- **Assigned task**: Keep only the lines of the data below that contain "with", and copy them.

- **Data to use**:
------------------------------------------------------------

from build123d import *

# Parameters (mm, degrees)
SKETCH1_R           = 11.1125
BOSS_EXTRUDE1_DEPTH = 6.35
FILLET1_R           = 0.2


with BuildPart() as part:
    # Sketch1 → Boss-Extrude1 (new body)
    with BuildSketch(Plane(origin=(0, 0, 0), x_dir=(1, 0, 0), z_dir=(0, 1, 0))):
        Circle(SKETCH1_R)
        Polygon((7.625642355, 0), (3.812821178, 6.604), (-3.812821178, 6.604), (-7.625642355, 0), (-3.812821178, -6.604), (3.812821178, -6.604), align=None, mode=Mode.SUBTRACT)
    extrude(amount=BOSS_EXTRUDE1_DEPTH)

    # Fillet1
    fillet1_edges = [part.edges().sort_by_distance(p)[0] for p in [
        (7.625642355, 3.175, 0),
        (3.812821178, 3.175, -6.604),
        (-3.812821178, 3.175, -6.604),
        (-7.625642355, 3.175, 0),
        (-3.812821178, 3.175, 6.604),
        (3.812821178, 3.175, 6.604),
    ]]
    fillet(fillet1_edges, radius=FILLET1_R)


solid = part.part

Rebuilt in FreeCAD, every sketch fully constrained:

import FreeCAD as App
import Part
import Sketcher
Q = App.Units.Quantity


def edges_at(feature, points):
    """Names of the edges that pass closest to the given points."""
    edges = feature.Shape.Edges
    near = lambda p: min(range(len(edges)), key=lambda i: edges[i].distToShape(Part.Vertex(*p))[0])
    return sorted({f"Edge{near(p) + 1}" for p in points})

doc = App.newDocument("Part")
body = doc.addObject("PartDesign::Body", "Body")

# Sketch on XZ plane
sketch1 = doc.addObject("Sketcher::SketchObject", "Sketch")
body.addObject(sketch1)
sketch1.AttachmentSupport = (doc.XZ_Plane, [""])
sketch1.MapMode = "FlatFace"
sketch1.addGeometry([
    Part.Circle(App.Vector(0, 0, 0), App.Vector(0, 0, 1), 11),  # 0
    Part.LineSegment(App.Vector(4, -7, 0), App.Vector(8, 0, 0)),  # 1
    Part.LineSegment(App.Vector(8, 0, 0), App.Vector(4, 7, 0)),  # 2
    Part.LineSegment(App.Vector(4, 7, 0), App.Vector(-4, 7, 0)),  # 3
    Part.LineSegment(App.Vector(-4, 7, 0), App.Vector(-8, 0, 0)),  # 4
    Part.LineSegment(App.Vector(-8, 0, 0), App.Vector(-4, -7, 0)),  # 5
    Part.LineSegment(App.Vector(-4, -7, 0), App.Vector(4, -7, 0)),  # 6
], False)
sketch1.addConstraint([
    Sketcher.Constraint("Coincident", 1, 2, 2, 1),
    Sketcher.Constraint("Coincident", 2, 2, 3, 1),
    Sketcher.Constraint("Coincident", 3, 2, 4, 1),
    Sketcher.Constraint("Coincident", 4, 2, 5, 1),
    Sketcher.Constraint("Coincident", 5, 2, 6, 1),
    Sketcher.Constraint("Coincident", 6, 2, 1, 1),
    Sketcher.Constraint("Horizontal", 3),
    Sketcher.Constraint("Horizontal", 6),
    Sketcher.Constraint("Coincident", 0, 3, -1, 1),
    Sketcher.Constraint("Symmetric", 1, 2, 4, 2, -1, 1),
    Sketcher.Constraint("Symmetric", 2, 2, 5, 2, -1, 1),
    Sketcher.Constraint("PointOnObject", 1, 2, -1),
    Sketcher.Constraint("Parallel", 1, 4),
    Sketcher.Constraint("Vertical", 3, 2, 5, 2),
    Sketcher.Constraint("Diameter", 0, Q("0.875 in")),
    Sketcher.Constraint("Angle", 1, Q("60 deg")),
    Sketcher.Constraint("DistanceY", -1, 1, 2, 2, Q("0.26 in")),
    Sketcher.Constraint("DistanceX", 3, 2, 3, 1, Q("7.625642 mm")),
])
pad1 = doc.addObject("PartDesign::Pad", "Pad")
body.addObject(pad1)
pad1.Profile = sketch1
pad1.Length = Q("0.25 in")
pad1.Reversed = True
doc.recompute()

fillet = doc.addObject("PartDesign::Fillet", "Fillet")
body.addObject(fillet)
fillet.Base = (pad1, edges_at(pad1, [
    (7.626, 3.175, 0),
    (3.813, 3.175, -6.604),
    (-3.813, 3.175, -6.604),
    (-7.626, 3.175, 0),
    (-3.813, 3.175, 6.604),
    (3.813, 3.175, 6.604),
]))
fillet.Radius = 0.2

doc.recompute()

------------------------------------------------------------

- **Task result**:
with BuildPart() as part:
    with BuildSketch(Plane(origin=(0, 0, 0), x_dir=(1, 0, 0), z_dir=(0, 1, 0))):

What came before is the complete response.